What is required: Scan the records below for the line containing "#40=ORIENTED_EDGE('',*,*,#32,.T.);" and the line containing "#61=ORIENTED_EDGE('',*,*,#56,.T.);". Copy both, plus every line between, exactly.

Records shown:

'''

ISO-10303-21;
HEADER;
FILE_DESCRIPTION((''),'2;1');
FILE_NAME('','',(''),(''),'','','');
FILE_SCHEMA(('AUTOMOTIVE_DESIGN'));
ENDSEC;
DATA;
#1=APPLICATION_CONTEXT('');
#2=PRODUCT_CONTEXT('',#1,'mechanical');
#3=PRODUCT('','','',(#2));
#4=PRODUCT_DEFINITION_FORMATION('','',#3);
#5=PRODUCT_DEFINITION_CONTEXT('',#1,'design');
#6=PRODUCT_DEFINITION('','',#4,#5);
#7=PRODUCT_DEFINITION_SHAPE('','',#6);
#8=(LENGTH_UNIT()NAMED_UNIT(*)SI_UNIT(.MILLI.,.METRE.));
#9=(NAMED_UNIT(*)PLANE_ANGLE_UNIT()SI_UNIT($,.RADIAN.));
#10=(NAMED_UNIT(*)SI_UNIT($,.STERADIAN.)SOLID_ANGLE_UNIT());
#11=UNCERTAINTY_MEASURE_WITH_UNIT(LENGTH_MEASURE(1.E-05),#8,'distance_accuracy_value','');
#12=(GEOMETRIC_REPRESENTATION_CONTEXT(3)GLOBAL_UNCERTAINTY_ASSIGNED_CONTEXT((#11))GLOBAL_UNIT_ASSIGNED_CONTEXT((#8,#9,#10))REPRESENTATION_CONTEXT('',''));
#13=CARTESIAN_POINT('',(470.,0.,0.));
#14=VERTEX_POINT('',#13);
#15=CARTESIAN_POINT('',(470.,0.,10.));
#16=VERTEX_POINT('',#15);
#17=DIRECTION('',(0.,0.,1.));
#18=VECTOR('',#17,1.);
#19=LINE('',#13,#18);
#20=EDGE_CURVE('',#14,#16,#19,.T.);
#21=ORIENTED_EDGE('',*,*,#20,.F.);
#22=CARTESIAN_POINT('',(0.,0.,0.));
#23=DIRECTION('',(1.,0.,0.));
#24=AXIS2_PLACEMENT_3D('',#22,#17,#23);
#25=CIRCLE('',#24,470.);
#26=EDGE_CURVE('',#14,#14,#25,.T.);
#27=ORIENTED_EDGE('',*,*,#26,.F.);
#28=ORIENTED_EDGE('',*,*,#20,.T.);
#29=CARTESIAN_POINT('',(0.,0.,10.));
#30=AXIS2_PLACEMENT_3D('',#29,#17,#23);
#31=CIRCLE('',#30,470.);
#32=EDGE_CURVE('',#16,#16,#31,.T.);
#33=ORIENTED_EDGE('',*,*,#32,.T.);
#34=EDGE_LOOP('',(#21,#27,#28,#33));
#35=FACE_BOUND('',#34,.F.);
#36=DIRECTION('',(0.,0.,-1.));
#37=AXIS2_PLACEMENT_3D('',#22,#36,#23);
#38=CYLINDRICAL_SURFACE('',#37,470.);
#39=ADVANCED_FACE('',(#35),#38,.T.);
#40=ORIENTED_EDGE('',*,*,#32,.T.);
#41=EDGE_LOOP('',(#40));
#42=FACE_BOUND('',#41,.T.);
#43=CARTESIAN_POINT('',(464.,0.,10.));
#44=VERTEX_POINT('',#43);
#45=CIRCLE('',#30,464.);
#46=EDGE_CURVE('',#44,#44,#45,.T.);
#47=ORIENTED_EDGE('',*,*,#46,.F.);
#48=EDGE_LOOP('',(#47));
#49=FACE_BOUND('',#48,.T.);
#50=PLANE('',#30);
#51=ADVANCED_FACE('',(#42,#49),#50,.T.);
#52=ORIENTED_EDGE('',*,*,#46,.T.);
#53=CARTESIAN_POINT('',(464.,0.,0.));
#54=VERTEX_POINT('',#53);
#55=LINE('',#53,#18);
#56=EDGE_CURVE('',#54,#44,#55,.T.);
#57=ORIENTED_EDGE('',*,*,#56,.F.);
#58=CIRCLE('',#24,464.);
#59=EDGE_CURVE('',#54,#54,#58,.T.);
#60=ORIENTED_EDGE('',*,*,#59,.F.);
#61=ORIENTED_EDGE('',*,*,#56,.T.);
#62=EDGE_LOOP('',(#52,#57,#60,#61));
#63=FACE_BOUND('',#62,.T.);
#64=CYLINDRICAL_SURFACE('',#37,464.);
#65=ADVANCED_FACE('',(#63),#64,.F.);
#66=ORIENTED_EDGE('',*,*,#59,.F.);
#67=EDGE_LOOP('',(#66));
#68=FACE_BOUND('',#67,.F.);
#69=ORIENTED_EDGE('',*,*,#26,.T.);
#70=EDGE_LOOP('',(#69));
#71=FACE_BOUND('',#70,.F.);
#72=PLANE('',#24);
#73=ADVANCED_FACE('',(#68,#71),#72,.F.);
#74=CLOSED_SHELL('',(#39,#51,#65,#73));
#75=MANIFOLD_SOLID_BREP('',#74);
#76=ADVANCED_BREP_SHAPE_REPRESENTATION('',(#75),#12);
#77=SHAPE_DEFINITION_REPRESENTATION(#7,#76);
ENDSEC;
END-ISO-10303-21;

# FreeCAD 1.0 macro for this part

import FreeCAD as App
import Part
import Sketcher
from FreeCAD import Vector

doc = App.newDocument("Part")
body = doc.addObject("PartDesign::Body", "Body")

sketch1 = body.newObject("Sketcher::SketchObject", "Sketch")
sketch1.AttachmentSupport = (doc.getObject("XY_Plane"), [""])
sketch1.MapMode = "FlatFace"
sketch1.addGeometry([
    Part.Circle(Vector(0, 0, 0), Vector(0, 0, 1), 470),
    Part.Circle(Vector(0, 0, 0), Vector(0, 0, 1), 464),
], False)
sketch1.addConstraint([
    Sketcher.Constraint("Coincident", 0, 3, -1, 1),
    Sketcher.Constraint("Coincident", 1, 3, -1, 1),
    Sketcher.Constraint("Diameter", 0, 940.0),
    Sketcher.Constraint("Diameter", 1, 928.0),
])
pad1 = body.newObject("PartDesign::Pad", "Pad")
pad1.Profile = sketch1
pad1.Length = 10

doc.recompute()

'''

Response for this exercise:
#40=ORIENTED_EDGE('',*,*,#32,.T.);
#41=EDGE_LOOP('',(#40));
#42=FACE_BOUND('',#41,.T.);
#43=CARTESIAN_POINT('',(464.,0.,10.));
#44=VERTEX_POINT('',#43);
#45=CIRCLE('',#30,464.);
#46=EDGE_CURVE('',#44,#44,#45,.T.);
#47=ORIENTED_EDGE('',*,*,#46,.F.);
#48=EDGE_LOOP('',(#47));
#49=FACE_BOUND('',#48,.T.);
#50=PLANE('',#30);
#51=ADVANCED_FACE('',(#42,#49),#50,.T.);
#52=ORIENTED_EDGE('',*,*,#46,.T.);
#53=CARTESIAN_POINT('',(464.,0.,0.));
#54=VERTEX_POINT('',#53);
#55=LINE('',#53,#18);
#56=EDGE_CURVE('',#54,#44,#55,.T.);
#57=ORIENTED_EDGE('',*,*,#56,.F.);
#58=CIRCLE('',#24,464.);
#59=EDGE_CURVE('',#54,#54,#58,.T.);
#60=ORIENTED_EDGE('',*,*,#59,.F.);
#61=ORIENTED_EDGE('',*,*,#56,.T.);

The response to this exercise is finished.